Action item: Repeat the data that follows, keeping every character intact.

Dataset entries
+===+

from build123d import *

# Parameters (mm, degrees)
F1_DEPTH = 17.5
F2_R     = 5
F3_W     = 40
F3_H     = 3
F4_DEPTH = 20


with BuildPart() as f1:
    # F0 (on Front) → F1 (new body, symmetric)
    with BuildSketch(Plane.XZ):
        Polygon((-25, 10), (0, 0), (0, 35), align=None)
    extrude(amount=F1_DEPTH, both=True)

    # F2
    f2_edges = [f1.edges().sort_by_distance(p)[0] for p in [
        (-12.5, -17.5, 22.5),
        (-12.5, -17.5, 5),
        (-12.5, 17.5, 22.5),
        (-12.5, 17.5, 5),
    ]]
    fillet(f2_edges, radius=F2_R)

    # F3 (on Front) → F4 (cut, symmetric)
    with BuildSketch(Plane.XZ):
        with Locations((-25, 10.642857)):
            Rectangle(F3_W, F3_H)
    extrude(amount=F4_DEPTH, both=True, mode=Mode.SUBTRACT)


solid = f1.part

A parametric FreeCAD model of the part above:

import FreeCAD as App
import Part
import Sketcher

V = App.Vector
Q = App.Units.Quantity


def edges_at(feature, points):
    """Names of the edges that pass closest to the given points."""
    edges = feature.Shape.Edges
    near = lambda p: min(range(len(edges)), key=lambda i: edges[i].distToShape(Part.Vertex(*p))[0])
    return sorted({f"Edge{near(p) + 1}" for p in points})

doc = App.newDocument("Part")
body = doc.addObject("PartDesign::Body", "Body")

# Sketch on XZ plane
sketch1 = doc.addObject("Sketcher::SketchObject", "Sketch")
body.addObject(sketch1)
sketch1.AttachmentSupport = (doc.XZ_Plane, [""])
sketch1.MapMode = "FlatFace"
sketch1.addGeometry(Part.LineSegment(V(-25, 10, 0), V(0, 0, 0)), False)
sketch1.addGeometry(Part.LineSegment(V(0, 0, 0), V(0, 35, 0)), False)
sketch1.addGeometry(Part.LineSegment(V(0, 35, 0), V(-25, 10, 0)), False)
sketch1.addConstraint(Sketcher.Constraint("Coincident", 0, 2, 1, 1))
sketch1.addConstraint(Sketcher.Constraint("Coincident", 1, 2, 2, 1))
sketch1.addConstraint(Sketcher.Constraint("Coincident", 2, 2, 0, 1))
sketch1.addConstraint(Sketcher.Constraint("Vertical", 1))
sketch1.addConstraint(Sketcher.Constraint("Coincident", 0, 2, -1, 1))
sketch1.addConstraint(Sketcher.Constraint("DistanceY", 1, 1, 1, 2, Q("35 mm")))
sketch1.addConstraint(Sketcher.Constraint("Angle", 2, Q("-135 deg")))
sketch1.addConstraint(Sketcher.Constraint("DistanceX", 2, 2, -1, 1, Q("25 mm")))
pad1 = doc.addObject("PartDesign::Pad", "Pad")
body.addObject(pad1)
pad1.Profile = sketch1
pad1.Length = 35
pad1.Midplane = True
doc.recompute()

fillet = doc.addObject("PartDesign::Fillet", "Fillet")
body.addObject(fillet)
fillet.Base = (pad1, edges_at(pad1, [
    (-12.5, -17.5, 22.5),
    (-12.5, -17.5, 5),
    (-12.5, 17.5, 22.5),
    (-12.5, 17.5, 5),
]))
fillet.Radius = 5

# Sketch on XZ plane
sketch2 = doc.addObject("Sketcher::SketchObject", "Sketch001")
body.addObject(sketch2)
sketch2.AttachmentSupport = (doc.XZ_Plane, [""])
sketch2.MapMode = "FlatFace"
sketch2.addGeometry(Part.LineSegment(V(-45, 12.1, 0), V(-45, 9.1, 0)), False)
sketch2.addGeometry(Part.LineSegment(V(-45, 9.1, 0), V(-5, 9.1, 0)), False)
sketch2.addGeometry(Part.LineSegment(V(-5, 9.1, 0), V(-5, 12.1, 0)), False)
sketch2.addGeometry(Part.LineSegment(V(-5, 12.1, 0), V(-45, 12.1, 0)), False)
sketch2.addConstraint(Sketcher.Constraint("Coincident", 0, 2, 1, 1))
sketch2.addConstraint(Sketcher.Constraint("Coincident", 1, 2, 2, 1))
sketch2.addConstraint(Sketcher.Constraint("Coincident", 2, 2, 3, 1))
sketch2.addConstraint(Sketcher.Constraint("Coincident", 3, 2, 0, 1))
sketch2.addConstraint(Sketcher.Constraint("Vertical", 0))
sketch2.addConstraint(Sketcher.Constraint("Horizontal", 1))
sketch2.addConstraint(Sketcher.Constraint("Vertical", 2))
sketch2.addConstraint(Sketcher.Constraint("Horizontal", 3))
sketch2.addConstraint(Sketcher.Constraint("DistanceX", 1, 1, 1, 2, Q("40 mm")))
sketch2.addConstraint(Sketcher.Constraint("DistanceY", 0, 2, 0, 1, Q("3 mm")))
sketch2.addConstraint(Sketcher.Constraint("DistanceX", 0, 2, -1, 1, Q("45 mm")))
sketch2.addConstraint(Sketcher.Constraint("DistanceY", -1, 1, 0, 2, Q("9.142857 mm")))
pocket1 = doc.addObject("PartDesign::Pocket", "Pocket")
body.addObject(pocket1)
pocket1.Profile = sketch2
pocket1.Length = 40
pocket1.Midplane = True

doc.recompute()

+===+

Your response:
from build123d import *

# Parameters (mm, degrees)
F1_DEPTH = 17.5
F2_R     = 5
F3_W     = 40
F3_H     = 3
F4_DEPTH = 20


with BuildPart() as f1:
    # F0 (on Front) → F1 (new body, symmetric)
    with BuildSketch(Plane.XZ):
        Polygon((-25, 10), (0, 0), (0, 35), align=None)
    extrude(amount=F1_DEPTH, both=True)

    # F2
    f2_edges = [f1.edges().sort_by_distance(p)[0] for p in [
        (-12.5, -17.5, 22.5),
        (-12.5, -17.5, 5),
        (-12.5, 17.5, 22.5),
        (-12.5, 17.5, 5),
    ]]
    fillet(f2_edges, radius=F2_R)

    # F3 (on Front) → F4 (cut, symmetric)
    with BuildSketch(Plane.XZ):
        with Locations((-25, 10.642857)):
            Rectangle(F3_W, F3_H)
    extrude(amount=F4_DEPTH, both=True, mode=Mode.SUBTRACT)


solid = f1.part

A parametric FreeCAD model of the part above:

import FreeCAD as App
import Part
import Sketcher

V = App.Vector
Q = App.Units.Quantity


def edges_at(feature, points):
    """Names of the edges that pass closest to the given points."""
    edges = feature.Shape.Edges
    near = lambda p: min(range(len(edges)), key=lambda i: edges[i].distToShape(Part.Vertex(*p))[0])
    return sorted({f"Edge{near(p) + 1}" for p in points})

doc = App.newDocument("Part")
body = doc.addObject("PartDesign::Body", "Body")

# Sketch on XZ plane
sketch1 = doc.addObject("Sketcher::SketchObject", "Sketch")
body.addObject(sketch1)
sketch1.AttachmentSupport = (doc.XZ_Plane, [""])
sketch1.MapMode = "FlatFace"
sketch1.addGeometry(Part.LineSegment(V(-25, 10, 0), V(0, 0, 0)), False)
sketch1.addGeometry(Part.LineSegment(V(0, 0, 0), V(0, 35, 0)), False)
sketch1.addGeometry(Part.LineSegment(V(0, 35, 0), V(-25, 10, 0)), False)
sketch1.addConstraint(Sketcher.Constraint("Coincident", 0, 2, 1, 1))
sketch1.addConstraint(Sketcher.Constraint("Coincident", 1, 2, 2, 1))
sketch1.addConstraint(Sketcher.Constraint("Coincident", 2, 2, 0, 1))
sketch1.addConstraint(Sketcher.Constraint("Vertical", 1))
sketch1.addConstraint(Sketcher.Constraint("Coincident", 0, 2, -1, 1))
sketch1.addConstraint(Sketcher.Constraint("DistanceY", 1, 1, 1, 2, Q("35 mm")))
sketch1.addConstraint(Sketcher.Constraint("Angle", 2, Q("-135 deg")))
sketch1.addConstraint(Sketcher.Constraint("DistanceX", 2, 2, -1, 1, Q("25 mm")))
pad1 = doc.addObject("PartDesign::Pad", "Pad")
body.addObject(pad1)
pad1.Profile = sketch1
pad1.Length = 35
pad1.Midplane = True
doc.recompute()

fillet = doc.addObject("PartDesign::Fillet", "Fillet")
body.addObject(fillet)
fillet.Base = (pad1, edges_at(pad1, [
    (-12.5, -17.5, 22.5),
    (-12.5, -17.5, 5),
    (-12.5, 17.5, 22.5),
    (-12.5, 17.5, 5),
]))
fillet.Radius = 5

# Sketch on XZ plane
sketch2 = doc.addObject("Sketcher::SketchObject", "Sketch001")
body.addObject(sketch2)
sketch2.AttachmentSupport = (doc.XZ_Plane, [""])
sketch2.MapMode = "FlatFace"
sketch2.addGeometry(Part.LineSegment(V(-45, 12.1, 0), V(-45, 9.1, 0)), False)
sketch2.addGeometry(Part.LineSegment(V(-45, 9.1, 0), V(-5, 9.1, 0)), False)
sketch2.addGeometry(Part.LineSegment(V(-5, 9.1, 0), V(-5, 12.1, 0)), False)
sketch2.addGeometry(Part.LineSegment(V(-5, 12.1, 0), V(-45, 12.1, 0)), False)
sketch2.addConstraint(Sketcher.Constraint("Coincident", 0, 2, 1, 1))
sketch2.addConstraint(Sketcher.Constraint("Coincident", 1, 2, 2, 1))
sketch2.addConstraint(Sketcher.Constraint("Coincident", 2, 2, 3, 1))
sketch2.addConstraint(Sketcher.Constraint("Coincident", 3, 2, 0, 1))
sketch2.addConstraint(Sketcher.Constraint("Vertical", 0))
sketch2.addConstraint(Sketcher.Constraint("Horizontal", 1))
sketch2.addConstraint(Sketcher.Constraint("Vertical", 2))
sketch2.addConstraint(Sketcher.Constraint("Horizontal", 3))
sketch2.addConstraint(Sketcher.Constraint("DistanceX", 1, 1, 1, 2, Q("40 mm")))
sketch2.addConstraint(Sketcher.Constraint("DistanceY", 0, 2, 0, 1, Q("3 mm")))
sketch2.addConstraint(Sketcher.Constraint("DistanceX", 0, 2, -1, 1, Q("45 mm")))
sketch2.addConstraint(Sketcher.Constraint("DistanceY", -1, 1, 0, 2, Q("9.142857 mm")))
pocket1 = doc.addObject("PartDesign::Pocket", "Pocket")
body.addObject(pocket1)
pocket1.Profile = sketch2
pocket1.Length = 40
pocket1.Midplane = True

doc.recompute()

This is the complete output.